Выбрать главу

— Если Грабин такой демон, то наши то, что наши, ленинградцы? Не могли обыграть? Странно все это! — заявил довольно остро юный фотограф. — Надо тоже было подходы искать. Все знают: не подмажешь — не поедет!

Капиталистический опыт хозяйствования Славой Викторовым был усвоен туго. Как он считал, без преимущества, которое обеспечивает развитая коррупция, само собой не сделается ни одно нужное дело. Приносящее Большие деньги, естественно.

— Да нашли мы подход к одному, заму самого Грабина. Практически уговорили снять поджимы для экстракции снарядов во время испытания, но тот хитер! Ох хитер! Сам не поехал, чтоб лично не отвечать, а всю группу обязал принимать решения коллегиально и обязательно у него утверждать! — обличительная филиппика инженера о грабинском коварстве воспламеняла пространство, будь пушки заряжены, они бы сейчас начали палить от накала речи.

— Но самое неприятное случилось еще до этого! Наш водитель получил указание дополнительно проверить устойчивость грабинской пушки во время марша по бездорожью. Тот же, чтобы выдать свою пушку за новую разработку, и увеличить количество деталей, отличных от Ф-22, взял шасси от обычного гражданского грузовика ЗИС-5. Естественно, та завалилась на каменистой дороге. И вот, когда артиллерийский тягач «Комсомолец» протащил пушку как следует по камням, можно было ожидать что Грабину присудят техническое поражение. Но не тут то было!

Рассказчик, подняв вверх палец, замолк, во всю меру наслаждаясь неподдельным нетерпением собеседника, заинтригованного и желающего узнать что случилось дальше, и как все-таки «коварный Грабин» сумел обхитрить и обскакать «честных кировцев».

— И что? Что было дальше? — не выдержал Викторов.

— У команды Грабина оказалась пятая пушка! Они ее украли в соседней воинской части той же ночью! Ее сумел незаконно притащить помощник, Мигунов, очень сильно развитый физически атлет. Они заменили неисправную на новую, просто поменяв шасси, а комиссии сообщили, что пушка настолько ремонтнопригодна, что самую серьезную поломку можно починить за пару часов. Ага, так мы и поверили! Особенно про разбитый вдребезги прицел, который они восстановили кувалдой, используя стекла очков команды инженеров-грабинцев!

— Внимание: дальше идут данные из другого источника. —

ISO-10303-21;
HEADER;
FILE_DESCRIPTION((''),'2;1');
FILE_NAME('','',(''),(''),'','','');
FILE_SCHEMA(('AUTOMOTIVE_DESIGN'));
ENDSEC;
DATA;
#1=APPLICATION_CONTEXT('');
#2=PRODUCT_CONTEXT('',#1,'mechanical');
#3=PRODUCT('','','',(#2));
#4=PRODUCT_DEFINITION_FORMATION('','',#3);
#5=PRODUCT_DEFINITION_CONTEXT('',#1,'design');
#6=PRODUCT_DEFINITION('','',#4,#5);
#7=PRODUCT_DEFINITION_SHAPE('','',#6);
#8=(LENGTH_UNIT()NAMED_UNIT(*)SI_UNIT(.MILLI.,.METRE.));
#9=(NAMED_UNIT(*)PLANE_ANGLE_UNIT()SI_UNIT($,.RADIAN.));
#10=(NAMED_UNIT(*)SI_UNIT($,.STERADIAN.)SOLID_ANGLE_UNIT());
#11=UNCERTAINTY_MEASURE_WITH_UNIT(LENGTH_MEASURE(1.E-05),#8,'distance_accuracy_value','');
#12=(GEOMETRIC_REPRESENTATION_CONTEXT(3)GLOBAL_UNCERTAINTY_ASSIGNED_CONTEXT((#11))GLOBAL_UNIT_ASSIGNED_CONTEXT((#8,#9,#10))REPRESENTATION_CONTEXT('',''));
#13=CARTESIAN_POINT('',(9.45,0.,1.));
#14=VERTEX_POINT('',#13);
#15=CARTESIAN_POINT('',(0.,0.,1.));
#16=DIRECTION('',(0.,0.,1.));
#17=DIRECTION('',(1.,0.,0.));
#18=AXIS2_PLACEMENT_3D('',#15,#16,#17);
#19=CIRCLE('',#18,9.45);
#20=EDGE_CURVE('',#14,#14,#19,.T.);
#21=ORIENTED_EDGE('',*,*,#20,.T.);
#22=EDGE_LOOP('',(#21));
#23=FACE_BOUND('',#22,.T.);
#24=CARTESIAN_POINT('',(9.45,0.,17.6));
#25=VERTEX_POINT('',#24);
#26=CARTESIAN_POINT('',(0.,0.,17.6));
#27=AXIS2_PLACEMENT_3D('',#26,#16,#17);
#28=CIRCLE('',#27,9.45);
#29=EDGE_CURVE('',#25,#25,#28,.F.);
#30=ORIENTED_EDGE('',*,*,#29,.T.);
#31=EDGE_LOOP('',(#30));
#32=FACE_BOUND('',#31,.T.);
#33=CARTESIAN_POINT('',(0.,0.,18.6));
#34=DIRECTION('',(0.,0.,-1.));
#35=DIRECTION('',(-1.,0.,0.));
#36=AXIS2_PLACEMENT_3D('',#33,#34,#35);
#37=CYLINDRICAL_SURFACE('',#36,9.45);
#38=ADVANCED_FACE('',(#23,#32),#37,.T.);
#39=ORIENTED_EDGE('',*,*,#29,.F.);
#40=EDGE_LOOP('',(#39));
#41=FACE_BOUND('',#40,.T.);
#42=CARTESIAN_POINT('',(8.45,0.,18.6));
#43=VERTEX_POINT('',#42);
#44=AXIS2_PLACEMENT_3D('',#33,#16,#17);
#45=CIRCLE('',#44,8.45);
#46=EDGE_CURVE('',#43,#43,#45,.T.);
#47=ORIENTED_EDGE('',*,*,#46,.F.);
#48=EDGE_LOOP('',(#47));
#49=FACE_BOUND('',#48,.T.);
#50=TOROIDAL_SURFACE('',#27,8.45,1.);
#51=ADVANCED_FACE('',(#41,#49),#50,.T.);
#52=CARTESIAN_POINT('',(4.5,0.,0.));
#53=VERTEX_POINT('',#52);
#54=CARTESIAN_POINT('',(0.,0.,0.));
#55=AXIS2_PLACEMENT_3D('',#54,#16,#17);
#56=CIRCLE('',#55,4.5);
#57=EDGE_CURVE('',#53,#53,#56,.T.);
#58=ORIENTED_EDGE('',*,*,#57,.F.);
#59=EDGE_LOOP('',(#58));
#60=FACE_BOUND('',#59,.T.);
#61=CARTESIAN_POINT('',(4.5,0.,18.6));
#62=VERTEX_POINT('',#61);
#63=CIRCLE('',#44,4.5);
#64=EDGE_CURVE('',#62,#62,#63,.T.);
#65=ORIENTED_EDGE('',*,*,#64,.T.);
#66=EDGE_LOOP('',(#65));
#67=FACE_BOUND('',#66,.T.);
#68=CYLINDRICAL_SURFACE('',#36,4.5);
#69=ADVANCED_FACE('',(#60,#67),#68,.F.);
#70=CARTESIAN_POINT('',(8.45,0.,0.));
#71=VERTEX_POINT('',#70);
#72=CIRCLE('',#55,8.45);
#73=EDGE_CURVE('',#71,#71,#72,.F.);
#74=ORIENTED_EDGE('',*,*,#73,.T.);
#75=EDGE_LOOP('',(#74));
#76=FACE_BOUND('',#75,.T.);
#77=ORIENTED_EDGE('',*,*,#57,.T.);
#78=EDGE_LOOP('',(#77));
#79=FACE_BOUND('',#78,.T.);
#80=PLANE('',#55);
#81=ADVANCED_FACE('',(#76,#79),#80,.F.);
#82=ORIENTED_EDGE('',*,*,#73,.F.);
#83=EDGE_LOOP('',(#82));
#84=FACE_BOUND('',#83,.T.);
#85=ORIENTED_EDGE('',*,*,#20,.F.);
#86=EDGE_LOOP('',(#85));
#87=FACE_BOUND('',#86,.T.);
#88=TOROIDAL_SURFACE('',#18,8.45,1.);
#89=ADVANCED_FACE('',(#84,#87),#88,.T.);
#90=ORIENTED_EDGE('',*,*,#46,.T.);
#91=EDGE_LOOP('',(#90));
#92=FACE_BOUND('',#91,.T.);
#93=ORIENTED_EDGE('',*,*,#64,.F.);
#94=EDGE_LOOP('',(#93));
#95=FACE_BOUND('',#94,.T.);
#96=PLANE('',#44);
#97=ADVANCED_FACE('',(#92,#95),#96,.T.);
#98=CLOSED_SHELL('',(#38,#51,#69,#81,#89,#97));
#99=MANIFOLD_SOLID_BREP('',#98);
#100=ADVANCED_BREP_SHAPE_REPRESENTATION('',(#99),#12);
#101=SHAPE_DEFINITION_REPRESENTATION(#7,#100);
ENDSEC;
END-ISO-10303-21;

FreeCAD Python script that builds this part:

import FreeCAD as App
import Part
import Sketcher

V = App.Vector
Q = App.Units.Quantity


def edges_at(feature, points):
    """Names of the edges that pass closest to the given points."""
    edges = feature.Shape.Edges
    near = lambda p: min(range(len(edges)), key=lambda i: edges[i].distToShape(Part.Vertex(*p))[0])
    return sorted({f"Edge{near(p) + 1}" for p in points})

doc = App.newDocument("Part")
body = doc.addObject("PartDesign::Body", "Body")

# Sketch on XY plane
sketch1 = body.newObject("Sketcher::SketchObject", "Sketch")
sketch1.AttachmentSupport = (doc.getObject("XY_Plane"), [""])
sketch1.MapMode = "FlatFace"
sketch1.addGeometry([
    Part.Circle(V(0, 0, 0), V(0, 0, 1), 9.45),
    Part.Circle(V(0, 0, 0), V(0, 0, 1), 4.5),
], False)
sketch1.addConstraint([
    Sketcher.Constraint("Coincident", 0, 3, -1, 1),
    Sketcher.Constraint("Coincident", 1, 3, -1, 1),
    Sketcher.Constraint("Diameter", 1, Q("9 mm")),
    Sketcher.Constraint("Diameter", 0, Q("18.9 mm")),
])
pad1 = body.newObject("PartDesign::Pad", "Pad")
pad1.Profile = sketch1
pad1.Length = 18.6
doc.recompute()

fillet = body.newObject("PartDesign::Fillet", "Fillet")
fillet.Base = (pad1, edges_at(pad1, [(-9.45, 0, 0), (-9.45, 0, 18.6)]))
fillet.Radius = 1

doc.recompute()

Такую ярую «дичь» Викторов не приходилось слышать со времен последних выборов. Но он согласно кивал головой и поддакивал. Теперь, согласно канонам психологии спора, следовало задать хоть один вопрос, иначе собеседник подумает, что он вообще не поверил в эту чушь.

— А как, этот, как его, Мигунов, как он утащил из воинской части пушку? Там же охрана, часовые?! — выбрал, вроде как адекватный вопрос Слава. Правда он слышал о «черных следопытах», которые раскопав до мелового периода «линию Маннергейма» и выбрав все артефакты, с горя воровали боеприпасы на полигоне военных в Каменке. Но уволочь из части орудие?!

— Поменял на спирт! — бодро выкрутился рассказчик. — Кому надо дал на лапу канистру, а кого-то тупо подпоил. И утащил.

— А сломанную пушку куда дел? — выскочило у ошарашенного Славы помимо его воли, и он тут же прикусил язык. Слишком много вопросов могло испортить все дело. То что у истории концы не сходились начиналось даже с вопроса почему в части не сумели обнаружить пропажу? Вроде на всех деталях наносится маркировка, по которой установить принадлежность пушки проще простого. — Да неважно, наверно в болоте утопили.

И все-таки Викторов не выдержал и задал острый вопрос, опасный в первую очередь для него самого.

— А все-таки, почему вы так этого, как его, Грабина, правильно? Грабина значит хаете? Пушки понятно — конкурентная борьба, соцсоревнования, пятое-десятое? А как человек, как личность?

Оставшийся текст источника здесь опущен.